I have bumps all over my skin. What are they and how do I treat them?
“Always make certain to take your make-up off before you go to sleep, and look for non-comedogenic products,” Jaliman says. “Also, never use a primer with silicones in it, as they’re known to clog the pores.” Bumpy skin can be classified as any condition ranging from acne, to blackheads and even keratosis pilaris — also known as “chicken skin.” “Use a sonic cleansing brush which helps exfoliate the dead skin on a daily basis and use a toner with lactic or glycolic acid.” In general, lactic is known to be gentler for sensitive skin, as it is more moisturizing, and glycolic is best for oily skin, as it helps to reduce excessive oil production.
I know hyperpigmentation is normal, but what can I do to counteract it?
“Wear sunscreen every day, rain or shine,” Jaliman says. “UV light, even through a window, will make pigment worse, so wear SPF 30 or above.” Sun exposure is the number one cause of hyperpigmentation in the skin, as it is sunlight which triggers the production of melanin the skin, almost as a defense mechanism, as melanin then serves as the body’s natural sun block. Hyperpigmentation can manifest in anything like sun spots, melasma, or post-inflammatory hyperpigmentation. “Look for products with licorice extract, niacinamide, arbutin and vitamin C. In strong sun always wear a hat with at least a 2-inch brim and avoid the sun from 10 a.m.-2 p.m.” When it comes to the cosmetic treatments Jaliman likes best to combat hyperpigmentation, she recommends the Clear & Brilliant and Permea lasers done in a series of four treatments done one month apart. She also uses the RevLite laser, which has no down time, but takes six treatments to decrease pigmentation.

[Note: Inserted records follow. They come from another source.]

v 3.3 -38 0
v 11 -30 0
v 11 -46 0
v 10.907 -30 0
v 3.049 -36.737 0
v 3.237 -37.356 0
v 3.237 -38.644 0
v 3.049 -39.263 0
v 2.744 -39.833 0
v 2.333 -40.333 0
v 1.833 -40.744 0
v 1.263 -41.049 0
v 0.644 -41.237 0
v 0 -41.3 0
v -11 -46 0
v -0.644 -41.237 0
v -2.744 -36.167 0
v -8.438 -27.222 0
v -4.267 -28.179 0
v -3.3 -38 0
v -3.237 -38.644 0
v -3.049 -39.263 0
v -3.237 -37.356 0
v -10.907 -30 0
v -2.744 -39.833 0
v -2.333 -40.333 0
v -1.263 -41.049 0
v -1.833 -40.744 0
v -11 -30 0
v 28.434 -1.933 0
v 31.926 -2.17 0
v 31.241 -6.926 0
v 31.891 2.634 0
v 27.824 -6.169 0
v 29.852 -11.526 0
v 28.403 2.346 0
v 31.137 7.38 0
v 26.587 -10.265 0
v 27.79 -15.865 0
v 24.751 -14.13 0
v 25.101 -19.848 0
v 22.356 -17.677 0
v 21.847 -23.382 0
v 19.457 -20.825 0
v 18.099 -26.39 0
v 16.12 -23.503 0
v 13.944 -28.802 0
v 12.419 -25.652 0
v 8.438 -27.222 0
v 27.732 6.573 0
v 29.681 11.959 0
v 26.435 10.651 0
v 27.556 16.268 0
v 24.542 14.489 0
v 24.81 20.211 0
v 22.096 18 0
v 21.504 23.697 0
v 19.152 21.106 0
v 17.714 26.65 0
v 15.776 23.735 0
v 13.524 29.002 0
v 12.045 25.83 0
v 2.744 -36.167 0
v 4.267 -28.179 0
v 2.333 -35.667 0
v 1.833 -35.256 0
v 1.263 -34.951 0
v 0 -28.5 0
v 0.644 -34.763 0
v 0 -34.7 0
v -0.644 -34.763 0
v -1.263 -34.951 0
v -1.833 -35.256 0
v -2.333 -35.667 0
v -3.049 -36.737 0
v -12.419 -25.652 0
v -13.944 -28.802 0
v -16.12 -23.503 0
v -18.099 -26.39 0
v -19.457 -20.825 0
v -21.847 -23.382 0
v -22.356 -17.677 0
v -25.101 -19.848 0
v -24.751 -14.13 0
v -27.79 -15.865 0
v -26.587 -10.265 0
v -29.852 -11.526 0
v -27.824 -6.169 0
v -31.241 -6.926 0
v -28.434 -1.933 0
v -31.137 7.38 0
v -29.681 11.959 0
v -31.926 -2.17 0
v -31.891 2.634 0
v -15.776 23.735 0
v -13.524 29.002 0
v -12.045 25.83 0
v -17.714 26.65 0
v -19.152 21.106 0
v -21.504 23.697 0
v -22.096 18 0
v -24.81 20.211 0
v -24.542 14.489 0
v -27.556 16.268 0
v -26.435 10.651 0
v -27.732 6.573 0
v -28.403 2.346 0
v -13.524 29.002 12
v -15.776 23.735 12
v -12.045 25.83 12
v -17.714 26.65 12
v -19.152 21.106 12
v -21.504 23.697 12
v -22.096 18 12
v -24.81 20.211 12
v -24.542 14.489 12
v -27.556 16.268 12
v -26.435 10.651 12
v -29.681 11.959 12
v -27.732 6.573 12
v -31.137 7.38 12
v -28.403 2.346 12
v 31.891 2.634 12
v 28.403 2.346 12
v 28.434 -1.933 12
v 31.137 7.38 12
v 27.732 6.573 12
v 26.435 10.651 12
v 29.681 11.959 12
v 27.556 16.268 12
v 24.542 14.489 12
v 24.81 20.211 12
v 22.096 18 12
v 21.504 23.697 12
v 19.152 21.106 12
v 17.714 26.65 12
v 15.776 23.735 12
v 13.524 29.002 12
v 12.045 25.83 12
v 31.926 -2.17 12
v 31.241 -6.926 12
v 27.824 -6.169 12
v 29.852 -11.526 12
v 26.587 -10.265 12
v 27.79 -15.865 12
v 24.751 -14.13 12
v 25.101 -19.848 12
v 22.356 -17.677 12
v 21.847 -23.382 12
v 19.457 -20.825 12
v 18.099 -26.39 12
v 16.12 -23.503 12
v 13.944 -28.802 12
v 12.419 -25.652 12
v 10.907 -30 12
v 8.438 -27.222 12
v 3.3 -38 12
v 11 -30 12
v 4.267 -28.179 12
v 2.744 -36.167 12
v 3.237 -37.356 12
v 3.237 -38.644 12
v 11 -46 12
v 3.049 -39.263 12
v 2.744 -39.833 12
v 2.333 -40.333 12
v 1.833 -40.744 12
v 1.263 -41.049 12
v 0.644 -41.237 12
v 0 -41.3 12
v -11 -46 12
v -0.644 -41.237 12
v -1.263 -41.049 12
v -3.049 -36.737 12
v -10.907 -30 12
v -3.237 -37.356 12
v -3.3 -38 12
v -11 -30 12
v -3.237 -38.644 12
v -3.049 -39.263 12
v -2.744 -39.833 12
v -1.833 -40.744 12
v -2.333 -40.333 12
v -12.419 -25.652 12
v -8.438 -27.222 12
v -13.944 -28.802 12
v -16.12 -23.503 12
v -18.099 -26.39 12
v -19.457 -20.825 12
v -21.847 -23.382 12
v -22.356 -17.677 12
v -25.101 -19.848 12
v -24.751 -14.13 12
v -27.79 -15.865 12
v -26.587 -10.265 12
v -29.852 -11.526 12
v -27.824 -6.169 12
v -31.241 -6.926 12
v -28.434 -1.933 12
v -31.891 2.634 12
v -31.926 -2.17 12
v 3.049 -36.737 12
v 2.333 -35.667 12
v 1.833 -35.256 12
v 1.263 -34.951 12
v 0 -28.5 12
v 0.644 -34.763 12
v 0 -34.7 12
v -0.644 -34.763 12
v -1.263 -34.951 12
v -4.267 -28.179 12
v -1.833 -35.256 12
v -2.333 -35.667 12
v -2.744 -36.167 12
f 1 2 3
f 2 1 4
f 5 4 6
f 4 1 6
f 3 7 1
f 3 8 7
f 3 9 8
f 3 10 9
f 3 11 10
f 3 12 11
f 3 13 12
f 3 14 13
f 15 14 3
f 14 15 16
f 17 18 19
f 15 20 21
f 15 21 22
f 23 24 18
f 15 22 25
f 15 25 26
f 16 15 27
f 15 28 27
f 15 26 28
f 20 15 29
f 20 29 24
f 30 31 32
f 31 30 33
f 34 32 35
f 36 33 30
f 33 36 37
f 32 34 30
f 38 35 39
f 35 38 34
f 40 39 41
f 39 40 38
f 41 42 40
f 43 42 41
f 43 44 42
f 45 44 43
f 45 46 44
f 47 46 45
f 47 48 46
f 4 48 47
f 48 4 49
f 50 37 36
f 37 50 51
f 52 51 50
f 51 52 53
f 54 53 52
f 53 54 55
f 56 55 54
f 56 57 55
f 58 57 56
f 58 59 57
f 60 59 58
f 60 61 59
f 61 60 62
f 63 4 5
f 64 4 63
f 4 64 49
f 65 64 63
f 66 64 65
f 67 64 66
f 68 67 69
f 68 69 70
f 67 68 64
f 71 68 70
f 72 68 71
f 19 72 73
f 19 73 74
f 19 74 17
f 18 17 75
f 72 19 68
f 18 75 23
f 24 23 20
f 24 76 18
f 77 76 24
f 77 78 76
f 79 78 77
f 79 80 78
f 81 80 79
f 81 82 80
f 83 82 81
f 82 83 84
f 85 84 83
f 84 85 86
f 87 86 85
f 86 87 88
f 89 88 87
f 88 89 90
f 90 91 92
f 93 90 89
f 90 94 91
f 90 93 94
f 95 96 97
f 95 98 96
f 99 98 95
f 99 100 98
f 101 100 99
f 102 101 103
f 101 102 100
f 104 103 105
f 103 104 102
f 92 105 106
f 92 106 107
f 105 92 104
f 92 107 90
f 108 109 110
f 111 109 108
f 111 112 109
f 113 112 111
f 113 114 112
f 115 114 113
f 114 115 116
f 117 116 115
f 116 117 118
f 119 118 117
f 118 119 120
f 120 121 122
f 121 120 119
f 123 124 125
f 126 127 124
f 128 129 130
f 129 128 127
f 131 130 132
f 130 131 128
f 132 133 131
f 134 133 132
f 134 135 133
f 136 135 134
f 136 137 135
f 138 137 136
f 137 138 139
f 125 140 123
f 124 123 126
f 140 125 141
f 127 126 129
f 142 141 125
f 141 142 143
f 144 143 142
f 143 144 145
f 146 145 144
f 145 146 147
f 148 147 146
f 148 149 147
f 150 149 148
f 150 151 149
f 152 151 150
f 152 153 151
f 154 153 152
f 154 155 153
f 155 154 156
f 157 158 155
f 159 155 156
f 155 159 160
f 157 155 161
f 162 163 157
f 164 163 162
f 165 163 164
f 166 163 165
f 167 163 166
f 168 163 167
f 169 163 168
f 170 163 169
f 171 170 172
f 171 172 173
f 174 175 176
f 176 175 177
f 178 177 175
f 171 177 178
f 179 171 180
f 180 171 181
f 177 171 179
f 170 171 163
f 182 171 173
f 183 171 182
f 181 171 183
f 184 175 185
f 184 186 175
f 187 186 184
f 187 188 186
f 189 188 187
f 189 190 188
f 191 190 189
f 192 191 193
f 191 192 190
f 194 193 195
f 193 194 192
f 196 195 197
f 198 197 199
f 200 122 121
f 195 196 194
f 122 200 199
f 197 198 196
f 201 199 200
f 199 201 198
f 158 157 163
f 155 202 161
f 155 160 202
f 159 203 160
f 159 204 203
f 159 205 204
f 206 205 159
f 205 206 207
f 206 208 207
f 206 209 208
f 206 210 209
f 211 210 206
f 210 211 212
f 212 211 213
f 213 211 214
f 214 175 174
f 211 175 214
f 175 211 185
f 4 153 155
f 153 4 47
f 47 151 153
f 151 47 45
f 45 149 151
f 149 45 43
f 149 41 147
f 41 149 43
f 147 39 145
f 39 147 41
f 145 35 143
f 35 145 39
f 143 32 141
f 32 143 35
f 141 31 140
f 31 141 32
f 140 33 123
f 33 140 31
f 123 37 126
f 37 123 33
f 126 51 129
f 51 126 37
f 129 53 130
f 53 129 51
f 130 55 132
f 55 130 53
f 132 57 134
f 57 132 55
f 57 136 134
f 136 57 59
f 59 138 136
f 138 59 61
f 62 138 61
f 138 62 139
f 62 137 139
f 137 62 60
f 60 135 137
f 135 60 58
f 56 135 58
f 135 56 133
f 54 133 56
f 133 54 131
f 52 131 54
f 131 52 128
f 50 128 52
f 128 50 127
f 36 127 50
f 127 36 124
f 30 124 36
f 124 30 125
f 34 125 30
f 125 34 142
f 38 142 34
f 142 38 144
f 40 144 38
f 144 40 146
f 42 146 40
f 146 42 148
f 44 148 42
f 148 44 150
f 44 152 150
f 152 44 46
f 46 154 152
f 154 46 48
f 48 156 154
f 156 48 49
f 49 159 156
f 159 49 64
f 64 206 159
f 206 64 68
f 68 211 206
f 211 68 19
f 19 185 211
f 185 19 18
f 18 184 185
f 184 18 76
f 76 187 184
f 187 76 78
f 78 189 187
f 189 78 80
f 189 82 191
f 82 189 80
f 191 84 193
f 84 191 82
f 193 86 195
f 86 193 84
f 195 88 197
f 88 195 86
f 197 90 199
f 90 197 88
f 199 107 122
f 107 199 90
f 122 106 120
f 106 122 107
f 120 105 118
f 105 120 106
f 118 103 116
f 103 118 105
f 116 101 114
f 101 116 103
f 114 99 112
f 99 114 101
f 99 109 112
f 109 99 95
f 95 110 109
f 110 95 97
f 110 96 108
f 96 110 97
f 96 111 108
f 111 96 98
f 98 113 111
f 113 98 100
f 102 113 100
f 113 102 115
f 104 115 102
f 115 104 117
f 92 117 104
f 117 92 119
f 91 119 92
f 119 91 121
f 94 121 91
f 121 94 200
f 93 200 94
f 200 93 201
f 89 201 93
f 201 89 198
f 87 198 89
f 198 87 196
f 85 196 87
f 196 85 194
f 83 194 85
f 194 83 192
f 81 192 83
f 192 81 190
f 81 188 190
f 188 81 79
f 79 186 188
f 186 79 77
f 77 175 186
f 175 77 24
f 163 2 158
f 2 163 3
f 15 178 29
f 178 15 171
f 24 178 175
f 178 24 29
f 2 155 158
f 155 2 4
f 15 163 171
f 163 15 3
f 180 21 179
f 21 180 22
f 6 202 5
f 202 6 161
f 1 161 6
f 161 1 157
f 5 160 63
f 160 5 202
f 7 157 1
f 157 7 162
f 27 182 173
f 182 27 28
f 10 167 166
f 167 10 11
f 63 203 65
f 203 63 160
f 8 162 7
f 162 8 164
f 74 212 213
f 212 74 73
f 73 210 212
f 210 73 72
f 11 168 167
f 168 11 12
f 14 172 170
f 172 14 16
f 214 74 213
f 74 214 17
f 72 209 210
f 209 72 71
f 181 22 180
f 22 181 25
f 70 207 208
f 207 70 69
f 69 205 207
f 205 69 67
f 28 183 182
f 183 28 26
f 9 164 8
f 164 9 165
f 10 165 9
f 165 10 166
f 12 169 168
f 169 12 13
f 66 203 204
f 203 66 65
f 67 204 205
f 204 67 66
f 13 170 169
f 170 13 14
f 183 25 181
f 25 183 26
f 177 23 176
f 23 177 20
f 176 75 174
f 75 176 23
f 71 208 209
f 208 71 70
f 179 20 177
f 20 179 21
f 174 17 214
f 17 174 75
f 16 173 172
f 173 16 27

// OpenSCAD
$fn = 32;

// ----------------------------------------------------------------------
// Spring clip: 64 mm outside, 3.5 mm band, 50 degree opening
// ----------------------------------------------------------------------

// --- parameters (mm) ---
outer_r = 32;             // clip outside radius
inner_r = 28.5;           // clip bore radius
band = 3.5;               // band thickness
clip_w = 12;              // clip width
opening = 50;             // opening angle
tab_w = 22;               // tab width
tab_len = 14;             // tab length past the clip
tab_hole = 6.6;           // tab fixing hole

clip_profile = [[-13.524, 29.002], [-17.714, 26.65], [-21.504, 23.697], [-24.81, 20.211], [-27.556, 16.268], [-29.681, 11.959], [-31.137, 7.38], [-31.891, 2.634], [-31.926, -2.17], [-31.241, -6.926], [-29.852, -11.526], [-27.79, -15.865], [-25.101, -19.848], [-21.847, -23.382], [-18.099, -26.39], [-13.944, -28.802], [-9.475, -30.565], [-4.791, -31.639], [0, -32], [4.791, -31.639], [9.475, -30.565], [13.944, -28.802], [18.099, -26.39], [21.847, -23.382], [25.101, -19.848], [27.79, -15.865], [29.852, -11.526], [31.241, -6.926], [31.926, -2.17], [31.891, 2.634], [31.137, 7.38], [29.681, 11.959], [27.556, 16.268], [24.81, 20.211], [21.504, 23.697], [17.714, 26.65], [13.524, 29.002], [12.045, 25.83], [15.776, 23.735], [19.152, 21.106], [22.096, 18], [24.542, 14.489], [26.435, 10.651], [27.732, 6.573], [28.403, 2.346], [28.434, -1.933], [27.824, -6.169], [26.587, -10.265], [24.751, -14.13], [22.356, -17.677], [19.457, -20.825], [16.12, -23.503], [12.419, -25.652], [8.438, -27.222], [4.267, -28.179], [0, -28.5], [-4.267, -28.179], [-8.438, -27.222], [-12.419, -25.652], [-16.12, -23.503], [-19.457, -20.825], [-22.356, -17.677], [-24.751, -14.13], [-26.587, -10.265], [-27.824, -6.169], [-28.434, -1.933], [-28.403, 2.346], [-27.732, 6.573], [-26.435, 10.651], [-24.542, 14.489], [-22.096, 18], [-19.152, 21.106], [-15.776, 23.735], [-12.045, 25.83]];

difference() {
  union() {
    linear_extrude(height = clip_w) polygon(clip_profile);
    /* mounting tab, sunk 2 mm into the band */
    translate([-11, -46, 0]) cube([tab_w, 16, clip_w]);
  }
  translate([0, -38, -2.5]) cylinder(h = clip_w + 5, d = tab_hole);
}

My hair is thinning, help!
“Make certain that you have a well-balanced diet and you have enough protein,” Jaliman says. “Additionally, see your physician and have blood tests done to make sure you’re not iron deficient, don’t have a thyroid issue or that your vitamin D is not low.” Studies have found that eating the right amount of protein is important for hair growth because hair follicles are made up primarily of protein. Additionally, low iron levels can cause anemia, which has been linked to hair loss, and Vitamin D and B vitamins may help promote strong, healthy hair. “I recommend OTC Rogaine five percent for women nightly, and 2.5 mg of Biotin. Biotin Eu Natural is my favorite because it’s vegetarian and has few ingredients.”